Records excerpted from a collection
┌──

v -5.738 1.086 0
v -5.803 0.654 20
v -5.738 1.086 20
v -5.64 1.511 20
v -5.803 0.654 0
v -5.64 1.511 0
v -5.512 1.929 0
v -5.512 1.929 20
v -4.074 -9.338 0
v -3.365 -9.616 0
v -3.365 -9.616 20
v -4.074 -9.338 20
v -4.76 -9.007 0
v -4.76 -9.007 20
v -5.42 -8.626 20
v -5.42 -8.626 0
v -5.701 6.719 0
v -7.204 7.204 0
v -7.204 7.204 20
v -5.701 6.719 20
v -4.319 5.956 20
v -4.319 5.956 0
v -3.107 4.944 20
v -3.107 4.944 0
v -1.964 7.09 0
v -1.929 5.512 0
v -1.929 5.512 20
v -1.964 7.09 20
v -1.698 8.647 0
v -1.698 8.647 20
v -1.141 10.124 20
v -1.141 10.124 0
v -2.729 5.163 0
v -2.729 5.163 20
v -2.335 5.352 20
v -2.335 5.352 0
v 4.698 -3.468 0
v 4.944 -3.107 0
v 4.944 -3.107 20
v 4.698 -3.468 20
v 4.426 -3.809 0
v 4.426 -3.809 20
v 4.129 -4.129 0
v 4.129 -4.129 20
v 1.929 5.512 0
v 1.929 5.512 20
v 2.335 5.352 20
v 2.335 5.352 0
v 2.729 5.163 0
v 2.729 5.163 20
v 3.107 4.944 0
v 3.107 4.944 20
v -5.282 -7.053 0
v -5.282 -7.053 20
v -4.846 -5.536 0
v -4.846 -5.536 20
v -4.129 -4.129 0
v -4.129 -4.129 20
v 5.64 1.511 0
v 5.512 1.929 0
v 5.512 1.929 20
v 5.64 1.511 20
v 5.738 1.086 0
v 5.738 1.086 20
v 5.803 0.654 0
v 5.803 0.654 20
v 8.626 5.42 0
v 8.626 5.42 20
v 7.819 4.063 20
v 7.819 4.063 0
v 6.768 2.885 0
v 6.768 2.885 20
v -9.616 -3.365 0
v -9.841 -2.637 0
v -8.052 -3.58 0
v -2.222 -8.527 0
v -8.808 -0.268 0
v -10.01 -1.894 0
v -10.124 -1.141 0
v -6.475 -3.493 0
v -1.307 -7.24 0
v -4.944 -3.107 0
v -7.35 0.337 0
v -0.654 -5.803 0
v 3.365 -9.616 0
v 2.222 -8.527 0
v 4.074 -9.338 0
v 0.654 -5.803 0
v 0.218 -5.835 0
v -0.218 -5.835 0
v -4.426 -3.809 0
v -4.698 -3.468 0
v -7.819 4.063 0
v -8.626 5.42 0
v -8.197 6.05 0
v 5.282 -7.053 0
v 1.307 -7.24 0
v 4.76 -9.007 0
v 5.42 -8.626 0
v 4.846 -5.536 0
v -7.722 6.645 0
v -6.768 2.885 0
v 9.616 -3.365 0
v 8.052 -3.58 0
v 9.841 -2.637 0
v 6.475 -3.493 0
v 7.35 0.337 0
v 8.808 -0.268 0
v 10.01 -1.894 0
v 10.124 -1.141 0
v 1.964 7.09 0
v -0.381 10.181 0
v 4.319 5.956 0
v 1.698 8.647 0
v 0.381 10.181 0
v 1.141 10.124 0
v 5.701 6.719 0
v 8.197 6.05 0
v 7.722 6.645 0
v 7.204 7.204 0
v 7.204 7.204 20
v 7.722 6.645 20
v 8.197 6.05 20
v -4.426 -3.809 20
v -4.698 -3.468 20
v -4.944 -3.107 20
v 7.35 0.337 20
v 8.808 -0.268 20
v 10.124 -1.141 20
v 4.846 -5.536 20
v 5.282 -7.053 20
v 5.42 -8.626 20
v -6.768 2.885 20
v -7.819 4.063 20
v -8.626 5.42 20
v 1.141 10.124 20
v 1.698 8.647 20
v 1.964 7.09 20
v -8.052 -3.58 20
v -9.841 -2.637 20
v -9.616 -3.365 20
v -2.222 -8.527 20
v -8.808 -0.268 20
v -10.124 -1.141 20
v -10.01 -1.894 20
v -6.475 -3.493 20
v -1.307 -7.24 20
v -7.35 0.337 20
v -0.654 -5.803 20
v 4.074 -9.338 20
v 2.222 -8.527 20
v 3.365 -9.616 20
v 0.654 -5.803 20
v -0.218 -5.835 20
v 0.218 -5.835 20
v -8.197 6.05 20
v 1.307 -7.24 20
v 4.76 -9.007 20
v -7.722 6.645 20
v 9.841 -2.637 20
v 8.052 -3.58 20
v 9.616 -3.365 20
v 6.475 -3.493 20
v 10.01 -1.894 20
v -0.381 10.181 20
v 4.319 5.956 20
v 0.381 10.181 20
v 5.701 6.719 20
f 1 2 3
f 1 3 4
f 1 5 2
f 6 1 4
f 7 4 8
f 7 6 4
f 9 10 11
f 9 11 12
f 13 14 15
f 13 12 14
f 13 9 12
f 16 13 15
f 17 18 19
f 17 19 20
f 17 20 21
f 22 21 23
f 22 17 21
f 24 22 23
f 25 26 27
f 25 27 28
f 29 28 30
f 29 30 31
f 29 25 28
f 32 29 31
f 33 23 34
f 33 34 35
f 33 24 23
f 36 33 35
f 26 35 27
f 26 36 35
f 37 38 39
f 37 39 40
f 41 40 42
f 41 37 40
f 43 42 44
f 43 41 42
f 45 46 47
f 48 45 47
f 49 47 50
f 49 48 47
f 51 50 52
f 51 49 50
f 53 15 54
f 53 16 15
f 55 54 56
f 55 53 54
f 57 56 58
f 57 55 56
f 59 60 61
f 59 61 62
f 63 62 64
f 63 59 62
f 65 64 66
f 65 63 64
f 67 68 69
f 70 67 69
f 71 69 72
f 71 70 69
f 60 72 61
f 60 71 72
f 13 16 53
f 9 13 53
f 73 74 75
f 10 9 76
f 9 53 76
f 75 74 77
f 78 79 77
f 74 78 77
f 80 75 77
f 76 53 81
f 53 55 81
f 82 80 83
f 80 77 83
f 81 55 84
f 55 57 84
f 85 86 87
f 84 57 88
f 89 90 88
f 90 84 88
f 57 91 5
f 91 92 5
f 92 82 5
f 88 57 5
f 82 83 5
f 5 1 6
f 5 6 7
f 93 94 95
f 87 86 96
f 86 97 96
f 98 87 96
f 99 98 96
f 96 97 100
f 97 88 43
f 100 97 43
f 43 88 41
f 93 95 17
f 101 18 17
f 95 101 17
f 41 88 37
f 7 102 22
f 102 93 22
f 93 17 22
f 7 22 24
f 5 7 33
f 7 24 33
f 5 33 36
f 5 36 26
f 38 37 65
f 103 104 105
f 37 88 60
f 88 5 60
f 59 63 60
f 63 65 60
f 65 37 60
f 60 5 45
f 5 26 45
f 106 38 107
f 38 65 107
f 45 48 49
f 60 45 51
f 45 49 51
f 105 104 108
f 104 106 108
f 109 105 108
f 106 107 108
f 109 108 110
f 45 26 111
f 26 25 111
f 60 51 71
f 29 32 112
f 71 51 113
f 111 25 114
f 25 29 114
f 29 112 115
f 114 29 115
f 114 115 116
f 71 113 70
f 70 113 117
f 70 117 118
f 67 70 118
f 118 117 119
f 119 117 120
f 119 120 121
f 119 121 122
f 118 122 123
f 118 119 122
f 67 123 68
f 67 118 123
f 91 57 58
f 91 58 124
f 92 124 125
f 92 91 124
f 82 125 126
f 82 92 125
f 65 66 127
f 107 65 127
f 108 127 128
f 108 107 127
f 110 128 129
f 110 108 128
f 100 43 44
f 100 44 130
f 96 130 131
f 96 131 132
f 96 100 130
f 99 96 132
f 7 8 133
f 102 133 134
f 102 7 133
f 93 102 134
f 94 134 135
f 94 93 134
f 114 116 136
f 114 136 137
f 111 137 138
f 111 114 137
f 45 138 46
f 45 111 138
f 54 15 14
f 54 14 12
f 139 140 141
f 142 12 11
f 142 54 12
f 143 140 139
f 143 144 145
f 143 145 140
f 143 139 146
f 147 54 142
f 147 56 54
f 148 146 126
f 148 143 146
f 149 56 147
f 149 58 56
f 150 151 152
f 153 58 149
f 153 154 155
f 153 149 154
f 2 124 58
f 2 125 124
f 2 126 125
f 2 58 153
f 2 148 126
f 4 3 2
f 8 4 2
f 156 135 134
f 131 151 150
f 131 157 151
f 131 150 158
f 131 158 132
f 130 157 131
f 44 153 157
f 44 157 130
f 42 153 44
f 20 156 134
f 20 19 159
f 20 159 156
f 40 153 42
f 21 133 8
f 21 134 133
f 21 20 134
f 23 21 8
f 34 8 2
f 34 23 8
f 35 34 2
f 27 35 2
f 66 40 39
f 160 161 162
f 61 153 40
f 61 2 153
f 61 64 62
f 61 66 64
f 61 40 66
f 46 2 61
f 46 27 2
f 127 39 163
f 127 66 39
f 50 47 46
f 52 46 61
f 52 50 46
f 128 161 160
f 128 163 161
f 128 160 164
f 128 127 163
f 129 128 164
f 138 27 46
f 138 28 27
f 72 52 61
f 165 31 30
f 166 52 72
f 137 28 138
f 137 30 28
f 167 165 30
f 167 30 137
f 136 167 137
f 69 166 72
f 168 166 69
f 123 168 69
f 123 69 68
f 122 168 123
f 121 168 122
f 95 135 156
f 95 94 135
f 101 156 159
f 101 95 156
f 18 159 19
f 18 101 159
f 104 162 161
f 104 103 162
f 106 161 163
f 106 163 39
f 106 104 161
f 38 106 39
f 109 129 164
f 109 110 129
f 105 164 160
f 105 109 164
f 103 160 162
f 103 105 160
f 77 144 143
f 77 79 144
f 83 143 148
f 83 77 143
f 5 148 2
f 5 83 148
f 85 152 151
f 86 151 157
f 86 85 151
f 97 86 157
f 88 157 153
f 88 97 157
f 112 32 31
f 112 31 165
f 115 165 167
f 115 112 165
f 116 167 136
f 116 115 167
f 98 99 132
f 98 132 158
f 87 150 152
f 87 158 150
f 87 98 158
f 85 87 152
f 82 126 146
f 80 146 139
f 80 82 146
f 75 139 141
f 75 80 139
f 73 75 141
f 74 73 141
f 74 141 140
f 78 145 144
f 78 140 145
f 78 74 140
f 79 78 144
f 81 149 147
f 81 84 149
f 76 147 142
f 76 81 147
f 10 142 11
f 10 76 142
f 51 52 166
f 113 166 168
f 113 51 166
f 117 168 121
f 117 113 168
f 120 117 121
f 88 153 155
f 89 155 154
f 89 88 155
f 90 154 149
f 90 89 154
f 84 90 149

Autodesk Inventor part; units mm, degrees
sketch "Sketch1" plane through (0, 0, 0) normal (0, 0, 1) x (1, 0, 0)
  circle A0 centre (0, 0) radius 10.1879
  dimension "d0" = 20.3758
extrude "Extrusion1" add sketch "Sketch1" along normal blind 20
ref_plane "Work Plane2" through (0, 0, 10) normal (0, 0, 1) x (1, 0, 0)
sketch "Sketch2" plane through (0, 0, 0) normal (0, 0, -1) x (-1, 0, 0)
  circle A0 centre (0, 0) radius 10.1879 projected
  circle A1 centre (0, 0) radius 7.147
  dimension "d3" = 14.2941
surface extrude "Pitch Diameter" sketch "Sketch2" against normal through all shown no curves A1
ref_plane "Work Plane8" through (0, 0, 0) normal (0.9009689, 0.4338837, 0) x (0, 0, 1)
ref_plane "Work Plane9" through (0, 0, 0) normal (1, 0, 0) x (0, 1, 0)
spur gear teeth "Spur Gear" teeth 7 pitch diameter 14 tip diameter 20.3758 root diameter 11.6787 face width 20 start plane through (0, 0, 0) normal (0, 0, -1) x (-1, 0, 0)
equation "\"d0\" = da_da"
equation "\"d1\" = da_b"
equation "\"d3\" = da_dw"
equation "\"d16\" = da_aw"
equation "\"d43\" = da_aw"
equation "\"d46\" = da_aw"
equation "\"da_da\" = 20.375829"
equation "\"da_b\" = 20"
equation "\"da_dw\" = 14.294055"
equation "\"da_aw\" = 35.735137"
properties part number "Spur Gear1" material "Steel"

└──

Retype exactly the lines of the data above, starting at its first line and finishing with the line that has "v -5.701 6.719 20" in it.

WRITTEN ANSWER —
v -5.738 1.086 0
v -5.803 0.654 20
v -5.738 1.086 20
v -5.64 1.511 20
v -5.803 0.654 0
v -5.64 1.511 0
v -5.512 1.929 0
v -5.512 1.929 20
v -4.074 -9.338 0
v -3.365 -9.616 0
v -3.365 -9.616 20
v -4.074 -9.338 20
v -4.76 -9.007 0
v -4.76 -9.007 20
v -5.42 -8.626 20
v -5.42 -8.626 0
v -5.701 6.719 0
v -7.204 7.204 0
v -7.204 7.204 20
v -5.701 6.719 20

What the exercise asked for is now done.